> EXERCISE
What follows is a set of records; copy all of it exactly.

Start of DATA RECORDS

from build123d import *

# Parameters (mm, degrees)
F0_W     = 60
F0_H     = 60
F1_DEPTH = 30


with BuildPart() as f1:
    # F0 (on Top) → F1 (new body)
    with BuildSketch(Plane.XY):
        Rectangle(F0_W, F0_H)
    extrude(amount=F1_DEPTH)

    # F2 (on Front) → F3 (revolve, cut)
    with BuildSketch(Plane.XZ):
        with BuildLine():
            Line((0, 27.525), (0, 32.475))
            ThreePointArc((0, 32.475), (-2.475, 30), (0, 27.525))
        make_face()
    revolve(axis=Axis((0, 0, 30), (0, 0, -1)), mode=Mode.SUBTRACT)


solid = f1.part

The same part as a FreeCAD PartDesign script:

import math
import FreeCAD as App
import Part
import Sketcher

doc = App.newDocument("Part")
body = doc.addObject("PartDesign::Body", "Body")

# Sketch on XY plane
sketch1 = body.newObject("Sketcher::SketchObject", "Sketch")
sketch1.AttachmentSupport = (doc.getObject("XY_Plane"), [""])
sketch1.MapMode = "FlatFace"
sketch1.addGeometry([
    Part.LineSegment(App.Vector(-30, 30, 0), App.Vector(-30, -30, 0)),
    Part.LineSegment(App.Vector(-30, -30, 0), App.Vector(30, -30, 0)),
    Part.LineSegment(App.Vector(30, -30, 0), App.Vector(30, 30, 0)),
    Part.LineSegment(App.Vector(30, 30, 0), App.Vector(-30, 30, 0)),
], False)
sketch1.addConstraint([
    Sketcher.Constraint("Coincident", 0, 2, 1, 1),
    Sketcher.Constraint("Coincident", 1, 2, 2, 1),
    Sketcher.Constraint("Coincident", 2, 2, 3, 1),
    Sketcher.Constraint("Coincident", 3, 2, 0, 1),
    Sketcher.Constraint("Vertical", 0),
    Sketcher.Constraint("Horizontal", 1),
    Sketcher.Constraint("Vertical", 2),
    Sketcher.Constraint("Horizontal", 3),
    Sketcher.Constraint("Symmetric", 0, 2, 2, 2, -1, 1),
    Sketcher.Constraint("Equal", 3, 0),
    Sketcher.Constraint("DistanceX", 1, 1, 1, 2, 60.0),
])
pad1 = body.newObject("PartDesign::Pad", "Pad")
pad1.Profile = sketch1
pad1.Length = 30

# Sketch on XZ plane
sketch2 = body.newObject("Sketcher::SketchObject", "Sketch001")
sketch2.AttachmentSupport = (doc.getObject("XZ_Plane"), [""])
sketch2.MapMode = "FlatFace"
sketch2.addGeometry([
    Part.LineSegment(App.Vector(0, 27.5, 0), App.Vector(0, 32.5, 0)),
    Part.ArcOfCircle(Part.Circle(App.Vector(0, 30, 0), App.Vector(0, 0, 1), 2.5), math.radians(90), math.radians(270)),
], False)
sketch2.addConstraint([
    Sketcher.Constraint("Coincident", 0, 1, 1, 2),
    Sketcher.Constraint("Coincident", 1, 1, 0, 2),
    Sketcher.Constraint("Vertical", 0),
    Sketcher.Constraint("PointOnObject", 1, 3, -2),
    Sketcher.Constraint("PointOnObject", 0, 1, -2),
    Sketcher.Constraint("DistanceY", -1, 1, 1, 3, 30.0),
    Sketcher.Constraint("Radius", 1, 2.475),
])
groove = body.newObject("PartDesign::Groove", "Groove")
groove.Profile = sketch2
groove.ReferenceAxis = (sketch2, ["V_Axis"])
groove.Angle = 360

doc.recompute()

End of DATA RECORDS

> RESPONSE TO THE TASK
from build123d import *

# Parameters (mm, degrees)
F0_W     = 60
F0_H     = 60
F1_DEPTH = 30


with BuildPart() as f1:
    # F0 (on Top) → F1 (new body)
    with BuildSketch(Plane.XY):
        Rectangle(F0_W, F0_H)
    extrude(amount=F1_DEPTH)

    # F2 (on Front) → F3 (revolve, cut)
    with BuildSketch(Plane.XZ):
        with BuildLine():
            Line((0, 27.525), (0, 32.475))
            ThreePointArc((0, 32.475), (-2.475, 30), (0, 27.525))
        make_face()
    revolve(axis=Axis((0, 0, 30), (0, 0, -1)), mode=Mode.SUBTRACT)


solid = f1.part

The same part as a FreeCAD PartDesign script:

import math
import FreeCAD as App
import Part
import Sketcher

doc = App.newDocument("Part")
body = doc.addObject("PartDesign::Body", "Body")

# Sketch on XY plane
sketch1 = body.newObject("Sketcher::SketchObject", "Sketch")
sketch1.AttachmentSupport = (doc.getObject("XY_Plane"), [""])
sketch1.MapMode = "FlatFace"
sketch1.addGeometry([
    Part.LineSegment(App.Vector(-30, 30, 0), App.Vector(-30, -30, 0)),
    Part.LineSegment(App.Vector(-30, -30, 0), App.Vector(30, -30, 0)),
    Part.LineSegment(App.Vector(30, -30, 0), App.Vector(30, 30, 0)),
    Part.LineSegment(App.Vector(30, 30, 0), App.Vector(-30, 30, 0)),
], False)
sketch1.addConstraint([
    Sketcher.Constraint("Coincident", 0, 2, 1, 1),
    Sketcher.Constraint("Coincident", 1, 2, 2, 1),
    Sketcher.Constraint("Coincident", 2, 2, 3, 1),
    Sketcher.Constraint("Coincident", 3, 2, 0, 1),
    Sketcher.Constraint("Vertical", 0),
    Sketcher.Constraint("Horizontal", 1),
    Sketcher.Constraint("Vertical", 2),
    Sketcher.Constraint("Horizontal", 3),
    Sketcher.Constraint("Symmetric", 0, 2, 2, 2, -1, 1),
    Sketcher.Constraint("Equal", 3, 0),
    Sketcher.Constraint("DistanceX", 1, 1, 1, 2, 60.0),
])
pad1 = body.newObject("PartDesign::Pad", "Pad")
pad1.Profile = sketch1
pad1.Length = 30

# Sketch on XZ plane
sketch2 = body.newObject("Sketcher::SketchObject", "Sketch001")
sketch2.AttachmentSupport = (doc.getObject("XZ_Plane"), [""])
sketch2.MapMode = "FlatFace"
sketch2.addGeometry([
    Part.LineSegment(App.Vector(0, 27.5, 0), App.Vector(0, 32.5, 0)),
    Part.ArcOfCircle(Part.Circle(App.Vector(0, 30, 0), App.Vector(0, 0, 1), 2.5), math.radians(90), math.radians(270)),
], False)
sketch2.addConstraint([
    Sketcher.Constraint("Coincident", 0, 1, 1, 2),
    Sketcher.Constraint("Coincident", 1, 1, 0, 2),
    Sketcher.Constraint("Vertical", 0),
    Sketcher.Constraint("PointOnObject", 1, 3, -2),
    Sketcher.Constraint("PointOnObject", 0, 1, -2),
    Sketcher.Constraint("DistanceY", -1, 1, 1, 3, 30.0),
    Sketcher.Constraint("Radius", 1, 2.475),
])
groove = body.newObject("PartDesign::Groove", "Groove")
groove.Profile = sketch2
groove.ReferenceAxis = (sketch2, ["V_Axis"])
groove.Angle = 360

doc.recompute()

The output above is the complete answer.